I love the complexity of flavor that most asian dishes offer and yet I rarely venture into trying to recreate them myself. However I’m working on making 52 new recipes this year and so I’m finding that in order to do this I am going to have to stretch my boundaries. That’s where this coconut curry recipe comes in! It was pretty easy to make and delivered a super flavor punch that left me wanting more!
adapted from Silk.com
- 2 Tbsp olive oil
- 2 Tbsp minced garlic
- 1/2 jalepeno, diced finely
- 1 Tbsp curry powder
- 2 Cups vegetable stock
- 2 Cups coconut milk (I used Silk brand)
- 1/2 Package rice noodles
- 1 block extra firm tofu
- 1/2 cup soy sauce
- Sriracha to taste (I used about 1 Tbsp, and we like spicy food)
- Cilantro to garnish
Start by marinating your tofu. Drain your package of tofu, cut it into bite size cubes and put it in a bowl. Mix the soy sauce and Sriracha together and then pour over your tofu. Make sure to periodically stir your tofu so that all of it gets marinated.

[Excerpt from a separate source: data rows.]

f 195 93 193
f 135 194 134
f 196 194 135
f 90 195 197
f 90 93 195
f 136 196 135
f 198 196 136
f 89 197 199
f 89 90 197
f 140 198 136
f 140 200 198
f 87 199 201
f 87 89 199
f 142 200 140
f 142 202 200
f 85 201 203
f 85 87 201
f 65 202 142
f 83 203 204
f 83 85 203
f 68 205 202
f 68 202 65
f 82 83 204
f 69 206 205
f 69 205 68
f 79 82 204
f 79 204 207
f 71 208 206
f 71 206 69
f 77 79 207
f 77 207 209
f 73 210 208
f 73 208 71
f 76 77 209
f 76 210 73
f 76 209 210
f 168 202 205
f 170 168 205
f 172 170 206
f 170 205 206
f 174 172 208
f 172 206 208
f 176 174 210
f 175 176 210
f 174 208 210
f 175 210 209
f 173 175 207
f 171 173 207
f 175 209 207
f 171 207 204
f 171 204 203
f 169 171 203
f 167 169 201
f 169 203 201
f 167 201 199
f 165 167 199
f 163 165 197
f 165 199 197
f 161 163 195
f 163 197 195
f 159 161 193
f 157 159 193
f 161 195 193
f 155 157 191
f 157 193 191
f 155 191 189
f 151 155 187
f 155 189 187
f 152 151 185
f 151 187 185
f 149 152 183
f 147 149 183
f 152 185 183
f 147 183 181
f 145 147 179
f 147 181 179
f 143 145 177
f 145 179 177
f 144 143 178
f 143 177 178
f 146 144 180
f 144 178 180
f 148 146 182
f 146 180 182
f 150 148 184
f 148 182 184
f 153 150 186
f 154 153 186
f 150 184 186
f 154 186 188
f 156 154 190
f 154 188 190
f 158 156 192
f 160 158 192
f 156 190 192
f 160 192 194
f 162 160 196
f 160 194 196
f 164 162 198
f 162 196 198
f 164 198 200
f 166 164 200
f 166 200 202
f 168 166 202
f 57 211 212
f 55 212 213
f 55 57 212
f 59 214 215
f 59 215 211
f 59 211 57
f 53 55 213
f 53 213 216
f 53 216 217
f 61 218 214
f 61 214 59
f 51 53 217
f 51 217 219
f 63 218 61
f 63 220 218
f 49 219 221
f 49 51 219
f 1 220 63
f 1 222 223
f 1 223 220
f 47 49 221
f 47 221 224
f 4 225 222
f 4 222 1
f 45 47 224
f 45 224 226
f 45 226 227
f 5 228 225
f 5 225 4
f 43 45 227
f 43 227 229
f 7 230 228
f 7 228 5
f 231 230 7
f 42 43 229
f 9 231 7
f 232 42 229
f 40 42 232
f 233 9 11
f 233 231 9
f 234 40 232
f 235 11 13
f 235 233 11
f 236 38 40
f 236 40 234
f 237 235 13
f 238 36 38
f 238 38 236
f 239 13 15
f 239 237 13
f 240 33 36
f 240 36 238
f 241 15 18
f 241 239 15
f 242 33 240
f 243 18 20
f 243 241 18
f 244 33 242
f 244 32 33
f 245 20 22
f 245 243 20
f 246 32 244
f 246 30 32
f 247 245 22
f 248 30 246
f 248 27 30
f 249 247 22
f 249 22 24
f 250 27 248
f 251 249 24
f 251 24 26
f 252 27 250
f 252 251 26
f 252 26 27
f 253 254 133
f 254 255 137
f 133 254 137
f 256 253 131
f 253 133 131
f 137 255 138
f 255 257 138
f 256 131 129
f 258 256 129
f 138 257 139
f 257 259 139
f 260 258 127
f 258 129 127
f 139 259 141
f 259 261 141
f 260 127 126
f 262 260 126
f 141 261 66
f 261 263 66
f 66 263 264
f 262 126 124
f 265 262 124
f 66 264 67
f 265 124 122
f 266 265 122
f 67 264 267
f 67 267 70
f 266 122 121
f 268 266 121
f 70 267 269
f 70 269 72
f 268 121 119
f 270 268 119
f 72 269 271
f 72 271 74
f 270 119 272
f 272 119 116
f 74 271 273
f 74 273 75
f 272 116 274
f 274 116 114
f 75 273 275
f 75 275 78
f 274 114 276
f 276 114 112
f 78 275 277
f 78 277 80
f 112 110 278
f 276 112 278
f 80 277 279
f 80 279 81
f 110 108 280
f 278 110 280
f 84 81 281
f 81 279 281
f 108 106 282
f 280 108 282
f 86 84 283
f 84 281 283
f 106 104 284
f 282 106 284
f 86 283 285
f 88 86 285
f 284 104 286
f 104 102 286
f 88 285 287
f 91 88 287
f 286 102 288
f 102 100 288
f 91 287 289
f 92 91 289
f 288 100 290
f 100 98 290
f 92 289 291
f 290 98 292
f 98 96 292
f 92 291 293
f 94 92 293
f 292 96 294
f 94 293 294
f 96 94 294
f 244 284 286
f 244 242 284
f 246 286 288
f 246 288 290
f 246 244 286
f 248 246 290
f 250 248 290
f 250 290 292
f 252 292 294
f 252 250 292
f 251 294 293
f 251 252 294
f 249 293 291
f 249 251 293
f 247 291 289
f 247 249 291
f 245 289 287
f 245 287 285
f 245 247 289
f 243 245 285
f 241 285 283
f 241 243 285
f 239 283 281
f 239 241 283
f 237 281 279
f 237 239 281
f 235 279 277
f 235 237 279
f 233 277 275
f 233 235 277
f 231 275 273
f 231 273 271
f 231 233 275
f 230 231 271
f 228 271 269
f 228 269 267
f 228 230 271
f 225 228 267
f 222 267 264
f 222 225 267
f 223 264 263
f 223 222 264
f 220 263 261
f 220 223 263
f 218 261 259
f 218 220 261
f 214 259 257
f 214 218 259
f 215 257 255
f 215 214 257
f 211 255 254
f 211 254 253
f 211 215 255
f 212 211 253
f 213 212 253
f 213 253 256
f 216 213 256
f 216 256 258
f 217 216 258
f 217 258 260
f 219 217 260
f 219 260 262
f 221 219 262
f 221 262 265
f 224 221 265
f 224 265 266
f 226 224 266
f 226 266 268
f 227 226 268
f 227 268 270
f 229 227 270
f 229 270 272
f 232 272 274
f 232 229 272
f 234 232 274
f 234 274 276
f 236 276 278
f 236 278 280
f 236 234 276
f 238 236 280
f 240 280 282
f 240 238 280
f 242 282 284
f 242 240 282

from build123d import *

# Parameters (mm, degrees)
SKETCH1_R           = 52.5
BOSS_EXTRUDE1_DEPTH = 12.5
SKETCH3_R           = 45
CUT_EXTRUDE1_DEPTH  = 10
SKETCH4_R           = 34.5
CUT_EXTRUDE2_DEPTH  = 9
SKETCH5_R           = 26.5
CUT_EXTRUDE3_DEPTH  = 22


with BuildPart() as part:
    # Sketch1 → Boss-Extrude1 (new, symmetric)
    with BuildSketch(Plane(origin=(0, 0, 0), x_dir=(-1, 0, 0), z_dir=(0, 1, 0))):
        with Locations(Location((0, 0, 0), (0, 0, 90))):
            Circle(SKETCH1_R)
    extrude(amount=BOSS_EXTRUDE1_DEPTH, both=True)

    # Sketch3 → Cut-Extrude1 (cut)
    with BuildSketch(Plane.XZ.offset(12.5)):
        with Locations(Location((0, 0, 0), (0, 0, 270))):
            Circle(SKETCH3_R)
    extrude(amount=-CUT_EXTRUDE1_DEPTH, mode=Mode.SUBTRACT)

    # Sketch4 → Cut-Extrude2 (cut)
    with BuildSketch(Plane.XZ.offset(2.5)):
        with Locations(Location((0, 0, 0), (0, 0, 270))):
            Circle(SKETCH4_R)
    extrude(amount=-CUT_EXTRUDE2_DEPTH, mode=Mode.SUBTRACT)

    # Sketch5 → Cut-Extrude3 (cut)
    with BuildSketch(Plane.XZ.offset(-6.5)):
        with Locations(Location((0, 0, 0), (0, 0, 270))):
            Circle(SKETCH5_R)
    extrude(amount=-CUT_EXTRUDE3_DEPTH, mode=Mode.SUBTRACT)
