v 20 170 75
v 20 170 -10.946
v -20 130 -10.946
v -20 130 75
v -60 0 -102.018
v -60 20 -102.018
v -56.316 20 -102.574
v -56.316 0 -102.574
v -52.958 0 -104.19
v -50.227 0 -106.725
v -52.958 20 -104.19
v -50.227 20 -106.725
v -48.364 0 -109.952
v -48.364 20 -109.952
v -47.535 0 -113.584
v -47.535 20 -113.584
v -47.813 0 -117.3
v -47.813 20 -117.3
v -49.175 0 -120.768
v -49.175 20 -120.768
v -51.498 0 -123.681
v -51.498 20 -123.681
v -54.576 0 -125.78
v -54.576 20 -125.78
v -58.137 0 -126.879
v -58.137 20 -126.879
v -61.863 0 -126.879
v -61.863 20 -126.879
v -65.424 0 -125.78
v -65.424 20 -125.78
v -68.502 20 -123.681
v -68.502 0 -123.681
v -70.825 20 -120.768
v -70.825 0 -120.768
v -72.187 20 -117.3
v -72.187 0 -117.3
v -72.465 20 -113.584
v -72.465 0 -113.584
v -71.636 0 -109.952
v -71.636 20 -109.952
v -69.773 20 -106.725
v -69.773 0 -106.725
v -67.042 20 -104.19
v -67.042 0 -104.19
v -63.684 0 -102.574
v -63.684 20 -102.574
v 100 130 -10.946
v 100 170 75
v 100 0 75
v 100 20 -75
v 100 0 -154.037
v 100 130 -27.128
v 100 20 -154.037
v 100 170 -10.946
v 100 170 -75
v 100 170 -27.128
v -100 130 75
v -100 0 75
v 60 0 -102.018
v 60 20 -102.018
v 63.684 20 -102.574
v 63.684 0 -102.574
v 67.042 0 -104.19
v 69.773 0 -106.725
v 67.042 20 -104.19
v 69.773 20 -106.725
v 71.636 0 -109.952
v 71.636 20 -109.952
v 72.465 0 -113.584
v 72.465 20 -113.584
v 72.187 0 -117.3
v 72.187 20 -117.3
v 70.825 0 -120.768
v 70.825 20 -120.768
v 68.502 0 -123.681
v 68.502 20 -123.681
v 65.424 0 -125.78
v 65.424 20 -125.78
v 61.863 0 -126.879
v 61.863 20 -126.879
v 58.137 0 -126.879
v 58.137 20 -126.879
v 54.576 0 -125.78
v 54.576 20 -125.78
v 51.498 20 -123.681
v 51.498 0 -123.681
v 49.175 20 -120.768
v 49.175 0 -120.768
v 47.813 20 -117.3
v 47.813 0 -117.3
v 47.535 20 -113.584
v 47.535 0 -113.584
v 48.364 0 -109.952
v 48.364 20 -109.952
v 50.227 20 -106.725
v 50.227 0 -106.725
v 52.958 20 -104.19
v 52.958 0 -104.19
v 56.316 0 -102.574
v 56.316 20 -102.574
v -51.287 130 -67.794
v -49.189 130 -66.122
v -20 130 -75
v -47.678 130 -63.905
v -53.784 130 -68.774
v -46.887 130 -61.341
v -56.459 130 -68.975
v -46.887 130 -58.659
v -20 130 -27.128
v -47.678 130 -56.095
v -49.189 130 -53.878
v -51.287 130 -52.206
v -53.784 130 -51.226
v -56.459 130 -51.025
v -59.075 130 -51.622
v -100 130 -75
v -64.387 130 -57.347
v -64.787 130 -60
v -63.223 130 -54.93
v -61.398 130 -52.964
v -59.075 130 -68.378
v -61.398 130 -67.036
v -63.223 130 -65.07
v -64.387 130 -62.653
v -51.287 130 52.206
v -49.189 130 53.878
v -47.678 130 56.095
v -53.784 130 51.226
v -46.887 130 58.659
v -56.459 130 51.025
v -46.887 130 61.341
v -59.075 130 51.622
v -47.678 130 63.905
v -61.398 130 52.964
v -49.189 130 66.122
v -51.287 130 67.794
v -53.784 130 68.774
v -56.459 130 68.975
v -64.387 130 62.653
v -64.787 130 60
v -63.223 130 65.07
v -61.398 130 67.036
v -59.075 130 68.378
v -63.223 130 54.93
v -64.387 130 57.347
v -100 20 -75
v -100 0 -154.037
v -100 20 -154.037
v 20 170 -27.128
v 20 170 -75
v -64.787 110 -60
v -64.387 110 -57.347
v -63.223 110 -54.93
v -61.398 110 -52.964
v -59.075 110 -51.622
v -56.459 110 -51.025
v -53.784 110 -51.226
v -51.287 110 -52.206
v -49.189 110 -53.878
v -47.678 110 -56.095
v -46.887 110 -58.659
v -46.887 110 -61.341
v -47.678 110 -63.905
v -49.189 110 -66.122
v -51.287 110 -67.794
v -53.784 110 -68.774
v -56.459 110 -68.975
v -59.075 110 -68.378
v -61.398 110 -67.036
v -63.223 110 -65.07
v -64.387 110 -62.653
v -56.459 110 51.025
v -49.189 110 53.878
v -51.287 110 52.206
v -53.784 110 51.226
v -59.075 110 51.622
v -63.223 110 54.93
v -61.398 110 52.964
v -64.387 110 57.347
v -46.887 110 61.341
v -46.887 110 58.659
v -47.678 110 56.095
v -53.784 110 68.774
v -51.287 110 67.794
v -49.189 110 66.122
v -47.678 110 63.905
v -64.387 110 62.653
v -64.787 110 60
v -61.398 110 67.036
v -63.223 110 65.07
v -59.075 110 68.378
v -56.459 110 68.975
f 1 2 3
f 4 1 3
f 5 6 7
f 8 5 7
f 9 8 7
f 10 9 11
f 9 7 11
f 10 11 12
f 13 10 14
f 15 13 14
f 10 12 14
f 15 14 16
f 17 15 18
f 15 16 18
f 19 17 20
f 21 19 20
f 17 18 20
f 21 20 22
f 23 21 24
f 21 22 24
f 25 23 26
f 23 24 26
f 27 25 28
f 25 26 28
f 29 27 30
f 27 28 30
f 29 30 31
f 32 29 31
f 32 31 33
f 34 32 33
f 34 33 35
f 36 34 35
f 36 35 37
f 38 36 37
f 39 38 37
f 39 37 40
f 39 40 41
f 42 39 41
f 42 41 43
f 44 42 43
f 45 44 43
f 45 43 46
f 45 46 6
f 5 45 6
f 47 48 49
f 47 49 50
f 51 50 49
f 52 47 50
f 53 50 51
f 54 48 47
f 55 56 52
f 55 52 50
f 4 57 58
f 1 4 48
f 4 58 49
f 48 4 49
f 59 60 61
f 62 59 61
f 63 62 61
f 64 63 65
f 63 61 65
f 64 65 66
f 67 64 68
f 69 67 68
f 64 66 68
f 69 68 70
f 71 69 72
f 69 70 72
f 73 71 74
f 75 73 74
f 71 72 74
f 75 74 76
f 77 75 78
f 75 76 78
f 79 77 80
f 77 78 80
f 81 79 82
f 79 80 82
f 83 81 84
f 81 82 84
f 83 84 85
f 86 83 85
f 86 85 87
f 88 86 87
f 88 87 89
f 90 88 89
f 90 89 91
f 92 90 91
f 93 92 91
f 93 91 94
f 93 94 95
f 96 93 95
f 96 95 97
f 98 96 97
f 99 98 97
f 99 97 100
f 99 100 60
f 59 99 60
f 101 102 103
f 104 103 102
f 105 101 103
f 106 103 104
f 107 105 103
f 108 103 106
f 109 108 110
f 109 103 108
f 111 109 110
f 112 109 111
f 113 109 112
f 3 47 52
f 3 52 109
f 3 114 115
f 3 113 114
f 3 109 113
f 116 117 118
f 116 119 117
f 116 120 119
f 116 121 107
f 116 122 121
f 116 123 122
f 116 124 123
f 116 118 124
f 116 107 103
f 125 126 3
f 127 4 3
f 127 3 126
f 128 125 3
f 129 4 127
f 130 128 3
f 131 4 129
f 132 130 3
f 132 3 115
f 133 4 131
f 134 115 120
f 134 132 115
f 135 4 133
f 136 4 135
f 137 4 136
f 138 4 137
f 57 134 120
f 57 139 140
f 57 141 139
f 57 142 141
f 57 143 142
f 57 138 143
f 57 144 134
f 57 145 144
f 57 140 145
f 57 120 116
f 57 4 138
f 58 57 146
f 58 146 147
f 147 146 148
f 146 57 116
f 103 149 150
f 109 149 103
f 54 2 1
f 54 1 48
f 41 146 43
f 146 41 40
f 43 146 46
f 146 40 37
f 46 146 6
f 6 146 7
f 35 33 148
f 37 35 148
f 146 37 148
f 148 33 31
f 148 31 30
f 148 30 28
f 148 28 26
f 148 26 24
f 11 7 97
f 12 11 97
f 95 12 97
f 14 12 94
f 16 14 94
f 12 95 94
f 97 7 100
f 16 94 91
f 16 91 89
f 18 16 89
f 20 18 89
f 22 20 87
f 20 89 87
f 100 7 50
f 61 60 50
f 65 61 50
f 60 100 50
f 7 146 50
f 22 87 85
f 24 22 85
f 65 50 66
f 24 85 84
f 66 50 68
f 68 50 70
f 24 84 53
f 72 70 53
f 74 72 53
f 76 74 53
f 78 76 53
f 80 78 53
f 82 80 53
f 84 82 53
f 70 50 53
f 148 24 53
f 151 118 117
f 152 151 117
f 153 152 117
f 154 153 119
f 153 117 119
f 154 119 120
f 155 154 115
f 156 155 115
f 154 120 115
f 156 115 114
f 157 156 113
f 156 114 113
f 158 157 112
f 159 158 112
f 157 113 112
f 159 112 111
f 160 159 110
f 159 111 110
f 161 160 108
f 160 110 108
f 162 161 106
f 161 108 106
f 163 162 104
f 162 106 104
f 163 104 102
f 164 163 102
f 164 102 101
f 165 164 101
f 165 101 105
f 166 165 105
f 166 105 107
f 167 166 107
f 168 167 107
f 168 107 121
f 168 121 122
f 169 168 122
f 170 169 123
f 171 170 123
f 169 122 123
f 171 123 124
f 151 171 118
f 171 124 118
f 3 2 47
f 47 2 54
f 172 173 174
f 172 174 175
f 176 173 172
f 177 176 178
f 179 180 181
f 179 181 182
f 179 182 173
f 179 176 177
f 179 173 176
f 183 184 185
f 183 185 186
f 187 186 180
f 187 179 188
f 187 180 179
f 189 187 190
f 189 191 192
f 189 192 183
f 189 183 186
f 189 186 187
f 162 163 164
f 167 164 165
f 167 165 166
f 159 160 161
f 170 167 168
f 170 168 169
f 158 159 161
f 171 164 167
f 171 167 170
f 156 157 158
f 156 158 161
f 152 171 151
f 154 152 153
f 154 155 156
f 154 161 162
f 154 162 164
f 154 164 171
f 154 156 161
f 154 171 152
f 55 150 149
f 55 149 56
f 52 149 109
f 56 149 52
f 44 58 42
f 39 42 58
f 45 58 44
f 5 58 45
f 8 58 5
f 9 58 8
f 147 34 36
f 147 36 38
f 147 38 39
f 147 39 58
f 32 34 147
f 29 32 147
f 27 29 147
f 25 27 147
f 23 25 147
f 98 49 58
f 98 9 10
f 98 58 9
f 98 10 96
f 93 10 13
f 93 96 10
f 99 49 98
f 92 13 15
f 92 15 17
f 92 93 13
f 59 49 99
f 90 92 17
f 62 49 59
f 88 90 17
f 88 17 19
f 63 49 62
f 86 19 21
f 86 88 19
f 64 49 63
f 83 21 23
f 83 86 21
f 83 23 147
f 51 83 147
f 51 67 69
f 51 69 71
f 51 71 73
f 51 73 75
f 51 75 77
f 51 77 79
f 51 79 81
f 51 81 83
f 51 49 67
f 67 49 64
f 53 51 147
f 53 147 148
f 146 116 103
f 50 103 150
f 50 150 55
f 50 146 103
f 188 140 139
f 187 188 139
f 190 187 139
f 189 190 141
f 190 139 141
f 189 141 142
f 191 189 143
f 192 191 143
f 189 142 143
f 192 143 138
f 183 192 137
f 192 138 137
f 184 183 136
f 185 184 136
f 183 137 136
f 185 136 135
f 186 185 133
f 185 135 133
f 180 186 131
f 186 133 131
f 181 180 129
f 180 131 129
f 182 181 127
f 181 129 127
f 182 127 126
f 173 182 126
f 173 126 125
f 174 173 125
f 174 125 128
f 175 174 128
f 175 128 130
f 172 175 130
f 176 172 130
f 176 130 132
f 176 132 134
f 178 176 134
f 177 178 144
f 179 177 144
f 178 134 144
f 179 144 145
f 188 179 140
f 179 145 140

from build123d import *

# Parameters (mm, degrees)
SKETCH_1_W               = 200
SKETCH_1_H               = 150
EXTRUDE_1_DEPTH          = 180
CUT_EXTRUDE_1_DEPTH      = 100
SKETCH_3_W               = 120
SKETCH_3_H               = 16.18209701
CUT_EXTRUDE_2_DEPTH      = 50
SKETCH_4_R               = 9
CUT_EXTRUDE_3_DEPTH      = 20
SKETCH_5_W               = 79.036616744
SKETCH_5_H               = 20
EXTRUDE_2_DEPTH          = 200
SKETCH_6_R               = 12.5
CUT_EXTRUDE_4_DEPTH      = 210
CUT_EXTRUDE_5_DEPTH      = 308.989889135
CUT_EXTRUDE_5_DEPTH_BACK = 308.989889135


with BuildPart() as part:
    # 草图1 → 凸台-拉伸1 (new body)
    with BuildSketch(Plane(origin=(0, 0, 0), x_dir=(1, 0, 0), z_dir=(0, 1, 0))):
        Rectangle(SKETCH_1_W, SKETCH_1_H)
    extrude(amount=EXTRUDE_1_DEPTH)

    # 草图2 → 切除-拉伸1 (cut, symmetric)
    with BuildSketch(Plane.XY):
        Polygon((-100, 180), (30, 180), (-20, 130), (-100, 130), align=None)
    extrude(amount=CUT_EXTRUDE_1_DEPTH, both=True, mode=Mode.SUBTRACT)

    # 草图3 → 切除-拉伸2 (cut)
    with BuildSketch(Plane(origin=(0, 180, 0), x_dir=(1, 0, 0), z_dir=(0, 1, 0))):
        with Locations((40, 19.036616744)):
            Rectangle(SKETCH_3_W, SKETCH_3_H)
    extrude(amount=-CUT_EXTRUDE_2_DEPTH, mode=Mode.SUBTRACT)

    # 草图4 → 切除-拉伸3 (cut)
    with BuildSketch(Plane(origin=(0, 130, 0), x_dir=(1, 0, 0), z_dir=(0, 1, 0))):
        with Locations(Location((-55.786910577, 60, 0), (0, 0, 180))):
            Circle(SKETCH_4_R)
        with Locations(Location((-55.786910577, -60, 0), (0, 0, 180))):
            Circle(SKETCH_4_R)
    extrude(amount=-CUT_EXTRUDE_3_DEPTH, mode=Mode.SUBTRACT)

    # 草图5 → 凸台-拉伸2 (add)
    with BuildSketch(Plane(origin=(100, 0, 0), x_dir=(0, 0, -1), z_dir=(1, 0, 0))):
        with Locations((114.518308372, 10)):
            Rectangle(SKETCH_5_W, SKETCH_5_H)
    extrude(amount=-EXTRUDE_2_DEPTH)

    # 草图6 → 切除-拉伸4 (cut)
    with BuildSketch(Plane(origin=(0, 20, 0), x_dir=(1, 0, 0), z_dir=(0, 1, 0))):
        with Locations(Location((-60, 114.518308372, 0), (0, 0, 270))):
            Circle(SKETCH_6_R)
        with Locations(Location((60, 114.518308372, 0), (0, 0, 270))):
            Circle(SKETCH_6_R)
    extrude(amount=-CUT_EXTRUDE_4_DEPTH, mode=Mode.SUBTRACT)

    # 草图7 → 切除-拉伸5 (cut, two sides: drawn at the far end of the back side and taken through both)
    with BuildSketch(Plane.XY.offset(75).offset(-CUT_EXTRUDE_5_DEPTH_BACK)):
        Polygon((20, 170), (112.388945941, 170), (112.388945941, 195.821739968), (6.51381217, 195.821739968), align=None)
    extrude(amount=CUT_EXTRUDE_5_DEPTH + CUT_EXTRUDE_5_DEPTH_BACK, mode=Mode.SUBTRACT)


solid = part.part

While your tofu is marinating, heat your olive oil, garlic and jalapenos over medium high heat until they start to lightly brown and become fragrant (maybe 5 minutes). Add your curry powder into this mixture and stir it up for approximately 1 minute. Add in the vegetable stock and coconut milk and reduce heat to medium, let that simmer while you prepare your noodles.
Start by breaking your rice noodles into two sections. You can save the second half in an airtight bag or you can prepare them at the same time and use them for another dish (maybe a stir fry or a salad or two). Place your noodles in a bowl and cover them completely with warm water for about 10 minutes. After they have been soaked, boil them the same way your would regular noodles, but only for about 5-10 minutes. When you put your noodles in to boil, add your tofu to the sauce.
Drain your noodles and add them to your sauce. Stir them together and then dish them out into bowls. Garnish with chopped cilantro and serve!